[Start of Attachment]

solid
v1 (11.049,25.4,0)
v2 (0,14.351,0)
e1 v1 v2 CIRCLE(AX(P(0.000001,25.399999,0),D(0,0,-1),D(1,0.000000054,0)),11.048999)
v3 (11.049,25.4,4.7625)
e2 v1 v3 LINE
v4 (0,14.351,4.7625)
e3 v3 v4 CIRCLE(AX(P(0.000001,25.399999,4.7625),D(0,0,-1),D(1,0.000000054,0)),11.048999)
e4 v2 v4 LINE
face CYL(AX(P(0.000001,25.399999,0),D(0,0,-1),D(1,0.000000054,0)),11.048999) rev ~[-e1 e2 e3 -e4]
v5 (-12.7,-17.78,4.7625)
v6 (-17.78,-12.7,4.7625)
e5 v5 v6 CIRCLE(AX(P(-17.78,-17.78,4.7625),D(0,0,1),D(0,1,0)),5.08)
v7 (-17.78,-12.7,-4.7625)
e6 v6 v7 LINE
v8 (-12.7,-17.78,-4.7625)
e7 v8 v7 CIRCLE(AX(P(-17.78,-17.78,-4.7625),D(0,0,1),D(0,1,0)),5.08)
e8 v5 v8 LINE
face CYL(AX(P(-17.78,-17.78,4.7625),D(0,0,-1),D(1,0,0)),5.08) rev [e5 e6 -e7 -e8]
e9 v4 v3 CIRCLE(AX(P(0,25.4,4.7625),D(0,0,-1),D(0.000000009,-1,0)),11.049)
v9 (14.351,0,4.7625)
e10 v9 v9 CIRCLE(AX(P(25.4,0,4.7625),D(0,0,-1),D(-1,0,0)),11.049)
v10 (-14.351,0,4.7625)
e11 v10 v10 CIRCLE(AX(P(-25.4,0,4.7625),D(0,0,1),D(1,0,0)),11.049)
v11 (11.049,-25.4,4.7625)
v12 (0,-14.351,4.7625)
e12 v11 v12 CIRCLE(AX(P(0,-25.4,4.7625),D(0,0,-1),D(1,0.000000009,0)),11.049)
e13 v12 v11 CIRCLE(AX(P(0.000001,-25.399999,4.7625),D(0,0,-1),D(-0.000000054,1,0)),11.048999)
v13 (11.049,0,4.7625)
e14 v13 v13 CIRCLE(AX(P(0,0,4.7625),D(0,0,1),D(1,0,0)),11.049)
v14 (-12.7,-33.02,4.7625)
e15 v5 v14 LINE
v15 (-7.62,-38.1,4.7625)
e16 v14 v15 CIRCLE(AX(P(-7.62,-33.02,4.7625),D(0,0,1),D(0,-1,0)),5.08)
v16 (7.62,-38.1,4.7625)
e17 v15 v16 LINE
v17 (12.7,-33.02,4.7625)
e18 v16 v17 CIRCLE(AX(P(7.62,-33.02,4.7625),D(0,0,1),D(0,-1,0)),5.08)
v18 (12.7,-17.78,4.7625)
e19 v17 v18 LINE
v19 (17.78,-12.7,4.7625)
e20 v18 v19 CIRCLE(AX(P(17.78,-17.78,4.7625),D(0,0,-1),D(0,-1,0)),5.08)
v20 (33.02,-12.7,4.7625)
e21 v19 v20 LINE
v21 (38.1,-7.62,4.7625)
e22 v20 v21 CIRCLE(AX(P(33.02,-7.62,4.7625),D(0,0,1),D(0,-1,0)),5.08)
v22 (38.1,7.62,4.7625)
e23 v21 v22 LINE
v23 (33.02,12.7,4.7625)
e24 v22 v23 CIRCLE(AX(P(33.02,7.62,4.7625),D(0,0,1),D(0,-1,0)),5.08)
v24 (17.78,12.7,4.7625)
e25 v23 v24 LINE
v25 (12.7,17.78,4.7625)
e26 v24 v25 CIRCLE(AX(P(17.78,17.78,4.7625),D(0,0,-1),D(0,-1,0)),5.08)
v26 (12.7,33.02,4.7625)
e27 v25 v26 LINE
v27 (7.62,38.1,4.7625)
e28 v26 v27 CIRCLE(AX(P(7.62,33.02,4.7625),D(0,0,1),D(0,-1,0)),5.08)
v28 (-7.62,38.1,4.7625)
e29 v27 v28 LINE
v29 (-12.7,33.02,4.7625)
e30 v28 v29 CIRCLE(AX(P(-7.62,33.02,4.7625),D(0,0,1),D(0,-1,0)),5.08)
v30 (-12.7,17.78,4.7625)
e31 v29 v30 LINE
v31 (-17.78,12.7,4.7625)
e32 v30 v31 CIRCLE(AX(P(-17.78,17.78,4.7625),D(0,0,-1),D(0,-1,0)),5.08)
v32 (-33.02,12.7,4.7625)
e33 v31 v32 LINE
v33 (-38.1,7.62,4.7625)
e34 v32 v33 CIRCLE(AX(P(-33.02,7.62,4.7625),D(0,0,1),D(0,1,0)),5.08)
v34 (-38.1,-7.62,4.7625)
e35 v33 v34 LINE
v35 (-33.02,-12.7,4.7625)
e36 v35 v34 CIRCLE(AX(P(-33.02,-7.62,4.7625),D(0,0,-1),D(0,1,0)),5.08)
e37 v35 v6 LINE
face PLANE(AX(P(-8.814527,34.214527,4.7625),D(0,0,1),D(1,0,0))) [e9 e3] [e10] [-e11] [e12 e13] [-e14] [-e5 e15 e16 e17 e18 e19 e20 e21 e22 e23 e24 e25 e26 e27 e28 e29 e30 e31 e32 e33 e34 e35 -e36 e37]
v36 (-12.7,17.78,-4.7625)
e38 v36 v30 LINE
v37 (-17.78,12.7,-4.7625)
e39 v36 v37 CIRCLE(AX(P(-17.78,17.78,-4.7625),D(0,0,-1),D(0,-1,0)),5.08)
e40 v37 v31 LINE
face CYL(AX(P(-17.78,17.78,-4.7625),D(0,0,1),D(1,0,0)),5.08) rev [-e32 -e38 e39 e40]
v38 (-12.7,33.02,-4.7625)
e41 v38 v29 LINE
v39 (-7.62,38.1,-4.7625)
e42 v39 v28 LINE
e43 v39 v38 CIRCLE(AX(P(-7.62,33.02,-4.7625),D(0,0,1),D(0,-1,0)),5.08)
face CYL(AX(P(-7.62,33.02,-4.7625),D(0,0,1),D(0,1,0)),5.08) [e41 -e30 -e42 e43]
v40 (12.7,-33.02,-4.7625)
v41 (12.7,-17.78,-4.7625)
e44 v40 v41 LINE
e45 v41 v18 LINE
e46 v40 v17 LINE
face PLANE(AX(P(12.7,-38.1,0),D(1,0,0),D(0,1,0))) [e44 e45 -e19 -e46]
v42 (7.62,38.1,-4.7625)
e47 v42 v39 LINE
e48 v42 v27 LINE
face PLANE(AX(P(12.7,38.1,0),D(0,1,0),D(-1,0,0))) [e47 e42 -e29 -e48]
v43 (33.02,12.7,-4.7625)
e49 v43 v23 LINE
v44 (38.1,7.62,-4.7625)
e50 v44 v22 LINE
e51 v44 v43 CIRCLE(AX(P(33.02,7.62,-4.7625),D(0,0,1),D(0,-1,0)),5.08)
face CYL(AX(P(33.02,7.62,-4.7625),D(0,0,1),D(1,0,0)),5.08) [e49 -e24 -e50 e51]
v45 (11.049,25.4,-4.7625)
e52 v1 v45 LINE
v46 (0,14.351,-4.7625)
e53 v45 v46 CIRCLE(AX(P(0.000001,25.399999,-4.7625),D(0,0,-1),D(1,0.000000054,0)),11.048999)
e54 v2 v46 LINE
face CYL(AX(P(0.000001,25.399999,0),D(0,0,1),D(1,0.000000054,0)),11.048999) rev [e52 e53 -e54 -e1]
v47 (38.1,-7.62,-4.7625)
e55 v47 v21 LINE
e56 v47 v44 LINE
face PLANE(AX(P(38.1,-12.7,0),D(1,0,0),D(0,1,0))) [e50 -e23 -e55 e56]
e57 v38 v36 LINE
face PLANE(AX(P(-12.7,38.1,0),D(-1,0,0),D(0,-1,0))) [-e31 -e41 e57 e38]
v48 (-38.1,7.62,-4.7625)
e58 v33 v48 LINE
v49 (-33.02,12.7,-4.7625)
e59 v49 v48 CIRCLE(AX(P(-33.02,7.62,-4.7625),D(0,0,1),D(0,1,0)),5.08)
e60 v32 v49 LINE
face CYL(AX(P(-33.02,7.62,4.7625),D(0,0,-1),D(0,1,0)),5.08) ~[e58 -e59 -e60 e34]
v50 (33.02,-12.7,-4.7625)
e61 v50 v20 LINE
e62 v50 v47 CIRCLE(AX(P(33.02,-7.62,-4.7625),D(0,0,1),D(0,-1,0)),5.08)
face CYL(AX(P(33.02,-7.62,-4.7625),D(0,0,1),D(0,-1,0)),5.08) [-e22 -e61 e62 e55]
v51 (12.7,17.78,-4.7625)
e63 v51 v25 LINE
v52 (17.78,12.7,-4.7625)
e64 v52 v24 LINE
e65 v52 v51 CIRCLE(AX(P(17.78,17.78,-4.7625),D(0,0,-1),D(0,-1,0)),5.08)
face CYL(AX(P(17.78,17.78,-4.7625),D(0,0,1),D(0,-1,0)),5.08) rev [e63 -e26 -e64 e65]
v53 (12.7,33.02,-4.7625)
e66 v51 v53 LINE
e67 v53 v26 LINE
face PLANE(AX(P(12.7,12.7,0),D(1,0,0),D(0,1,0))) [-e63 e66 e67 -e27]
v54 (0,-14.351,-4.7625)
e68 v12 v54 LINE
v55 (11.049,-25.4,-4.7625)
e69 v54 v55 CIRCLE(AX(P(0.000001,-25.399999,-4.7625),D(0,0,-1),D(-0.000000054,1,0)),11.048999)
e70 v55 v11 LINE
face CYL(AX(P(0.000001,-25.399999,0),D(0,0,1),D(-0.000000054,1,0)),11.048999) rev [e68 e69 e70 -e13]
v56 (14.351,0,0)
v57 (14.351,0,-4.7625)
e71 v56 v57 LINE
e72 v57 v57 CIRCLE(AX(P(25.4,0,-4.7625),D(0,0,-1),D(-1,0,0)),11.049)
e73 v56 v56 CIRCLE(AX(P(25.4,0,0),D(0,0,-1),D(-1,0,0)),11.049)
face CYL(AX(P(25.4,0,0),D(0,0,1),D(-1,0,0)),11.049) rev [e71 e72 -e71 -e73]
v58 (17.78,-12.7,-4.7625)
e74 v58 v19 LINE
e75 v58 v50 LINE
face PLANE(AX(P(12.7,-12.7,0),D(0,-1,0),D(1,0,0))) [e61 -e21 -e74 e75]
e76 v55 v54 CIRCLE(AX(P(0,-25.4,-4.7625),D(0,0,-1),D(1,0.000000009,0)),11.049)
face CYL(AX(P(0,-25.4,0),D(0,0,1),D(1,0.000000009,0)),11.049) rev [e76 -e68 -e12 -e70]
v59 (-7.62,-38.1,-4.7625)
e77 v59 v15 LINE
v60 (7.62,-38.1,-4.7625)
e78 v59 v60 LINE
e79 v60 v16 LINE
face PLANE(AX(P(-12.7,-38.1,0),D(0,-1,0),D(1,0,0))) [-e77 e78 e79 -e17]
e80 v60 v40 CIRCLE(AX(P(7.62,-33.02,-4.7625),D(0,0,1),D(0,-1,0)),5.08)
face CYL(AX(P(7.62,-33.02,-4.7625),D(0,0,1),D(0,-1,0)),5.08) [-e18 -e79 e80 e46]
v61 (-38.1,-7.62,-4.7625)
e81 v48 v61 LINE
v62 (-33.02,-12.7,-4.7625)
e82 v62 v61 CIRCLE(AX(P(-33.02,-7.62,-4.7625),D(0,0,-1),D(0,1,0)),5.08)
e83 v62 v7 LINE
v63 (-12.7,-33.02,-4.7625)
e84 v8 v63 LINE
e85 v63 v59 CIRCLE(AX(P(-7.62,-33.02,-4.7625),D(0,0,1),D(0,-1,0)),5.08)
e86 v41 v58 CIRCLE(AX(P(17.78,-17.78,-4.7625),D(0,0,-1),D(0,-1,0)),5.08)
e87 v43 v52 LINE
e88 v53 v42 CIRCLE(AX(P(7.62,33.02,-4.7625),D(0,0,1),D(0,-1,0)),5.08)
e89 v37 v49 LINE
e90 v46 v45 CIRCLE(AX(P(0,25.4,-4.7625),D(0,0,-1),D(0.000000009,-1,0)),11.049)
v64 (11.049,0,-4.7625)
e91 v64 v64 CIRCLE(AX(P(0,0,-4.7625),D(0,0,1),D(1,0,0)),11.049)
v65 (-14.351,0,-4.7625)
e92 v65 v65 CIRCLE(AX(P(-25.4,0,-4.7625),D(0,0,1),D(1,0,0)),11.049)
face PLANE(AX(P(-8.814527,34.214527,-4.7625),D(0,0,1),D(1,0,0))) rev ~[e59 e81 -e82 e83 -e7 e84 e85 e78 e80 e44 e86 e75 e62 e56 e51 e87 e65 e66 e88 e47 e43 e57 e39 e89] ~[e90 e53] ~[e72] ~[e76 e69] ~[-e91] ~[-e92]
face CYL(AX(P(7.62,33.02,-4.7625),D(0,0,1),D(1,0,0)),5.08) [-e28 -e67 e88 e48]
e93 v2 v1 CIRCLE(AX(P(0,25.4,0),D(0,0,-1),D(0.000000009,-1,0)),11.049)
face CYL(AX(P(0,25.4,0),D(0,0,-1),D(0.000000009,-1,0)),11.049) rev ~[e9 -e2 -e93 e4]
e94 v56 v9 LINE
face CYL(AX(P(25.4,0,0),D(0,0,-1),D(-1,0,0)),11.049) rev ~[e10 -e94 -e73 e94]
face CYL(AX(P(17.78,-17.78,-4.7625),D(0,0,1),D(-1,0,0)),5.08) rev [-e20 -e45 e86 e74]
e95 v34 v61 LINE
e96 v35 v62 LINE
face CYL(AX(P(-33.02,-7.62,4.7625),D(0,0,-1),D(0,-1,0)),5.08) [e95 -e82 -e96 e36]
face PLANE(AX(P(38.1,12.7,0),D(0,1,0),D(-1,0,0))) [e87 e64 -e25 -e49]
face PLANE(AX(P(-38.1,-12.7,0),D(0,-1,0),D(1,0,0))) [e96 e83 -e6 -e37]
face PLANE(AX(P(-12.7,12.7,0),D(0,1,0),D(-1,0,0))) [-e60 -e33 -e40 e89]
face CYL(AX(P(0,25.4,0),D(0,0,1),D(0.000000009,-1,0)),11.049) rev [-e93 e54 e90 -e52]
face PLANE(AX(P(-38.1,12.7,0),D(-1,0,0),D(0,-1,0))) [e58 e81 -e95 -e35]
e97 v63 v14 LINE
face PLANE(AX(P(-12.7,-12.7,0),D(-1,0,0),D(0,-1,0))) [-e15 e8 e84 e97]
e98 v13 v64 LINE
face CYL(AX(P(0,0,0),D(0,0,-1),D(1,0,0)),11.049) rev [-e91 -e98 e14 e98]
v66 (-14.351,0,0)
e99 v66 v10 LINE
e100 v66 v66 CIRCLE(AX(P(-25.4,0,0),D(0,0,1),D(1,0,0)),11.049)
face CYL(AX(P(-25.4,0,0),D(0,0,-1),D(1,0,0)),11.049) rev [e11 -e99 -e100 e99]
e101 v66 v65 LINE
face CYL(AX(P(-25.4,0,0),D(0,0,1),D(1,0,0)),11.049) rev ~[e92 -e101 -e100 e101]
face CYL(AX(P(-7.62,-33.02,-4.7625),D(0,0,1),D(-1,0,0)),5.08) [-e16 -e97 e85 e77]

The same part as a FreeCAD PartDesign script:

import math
import FreeCAD as App
import Part
import Sketcher

V = App.Vector
Q = App.Units.Quantity


def edges_at(feature, points):
    """Names of the edges that pass closest to the given points."""
    edges = feature.Shape.Edges
    near = lambda p: min(range(len(edges)), key=lambda i: edges[i].distToShape(Part.Vertex(*p))[0])
    return sorted({f"Edge{near(p) + 1}" for p in points})


def add_polygon(sketch, points):
    """Adds a closed chain of lines whose ends are joined by coincident constraints."""
    first, n = sketch.GeometryCount, len(points)
    for a, b in zip(points, points[1:] + points[:1]):
        sketch.addGeometry(Part.LineSegment(App.Vector(*a, 0), App.Vector(*b, 0)), False)
    for i in range(n):
        sketch.addConstraint(Sketcher.Constraint("Coincident", first + i, 2, first + (i + 1) % n, 1))

doc = App.newDocument("Part")
body = doc.addObject("PartDesign::Body", "Body")

# Sketch on XY plane
sketch1 = doc.addObject("Sketcher::SketchObject", "Sketch")
body.addObject(sketch1)
sketch1.AttachmentSupport = (doc.XY_Plane, [""])
sketch1.MapMode = "FlatFace"
sketch1.addGeometry([
    Part.Circle(V(0, 0, 0), V(0, 0, 1), 12.7),
    Part.Circle(V(0, 0, 0), V(0, 0, 1), 11.049),
], False)
sketch1.addConstraint([
    Sketcher.Constraint("Coincident", 0, 3, -1, 1),
    Sketcher.Constraint("Coincident", 1, 3, -1, 1),
    Sketcher.Constraint("Diameter", 0, Q("1 in")),
    Sketcher.Constraint("Diameter", 1, Q("0.87 in")),
])
pad1 = doc.addObject("PartDesign::Pad", "Pad")
body.addObject(pad1)
pad1.Profile = sketch1
pad1.Length = Q("0.375 in")
pad1.Midplane = True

[End of Attachment]

> **PROBLEM TO WORK ON**:
Print, from the entries above, the line with "v25 (12.7,17.78,4.7625)", the line with "v34 (-38.1,-7.62,4.7625)" and all lines between them, exactly and with nothing else.

> **FINISHED EXERCISE**:
v25 (12.7,17.78,4.7625)
e26 v24 v25 CIRCLE(AX(P(17.78,17.78,4.7625),D(0,0,-1),D(0,-1,0)),5.08)
v26 (12.7,33.02,4.7625)
e27 v25 v26 LINE
v27 (7.62,38.1,4.7625)
e28 v26 v27 CIRCLE(AX(P(7.62,33.02,4.7625),D(0,0,1),D(0,-1,0)),5.08)
v28 (-7.62,38.1,4.7625)
e29 v27 v28 LINE
v29 (-12.7,33.02,4.7625)
e30 v28 v29 CIRCLE(AX(P(-7.62,33.02,4.7625),D(0,0,1),D(0,-1,0)),5.08)
v30 (-12.7,17.78,4.7625)
e31 v29 v30 LINE
v31 (-17.78,12.7,4.7625)
e32 v30 v31 CIRCLE(AX(P(-17.78,17.78,4.7625),D(0,0,-1),D(0,-1,0)),5.08)
v32 (-33.02,12.7,4.7625)
e33 v31 v32 LINE
v33 (-38.1,7.62,4.7625)
e34 v32 v33 CIRCLE(AX(P(-33.02,7.62,4.7625),D(0,0,1),D(0,1,0)),5.08)
v34 (-38.1,-7.62,4.7625)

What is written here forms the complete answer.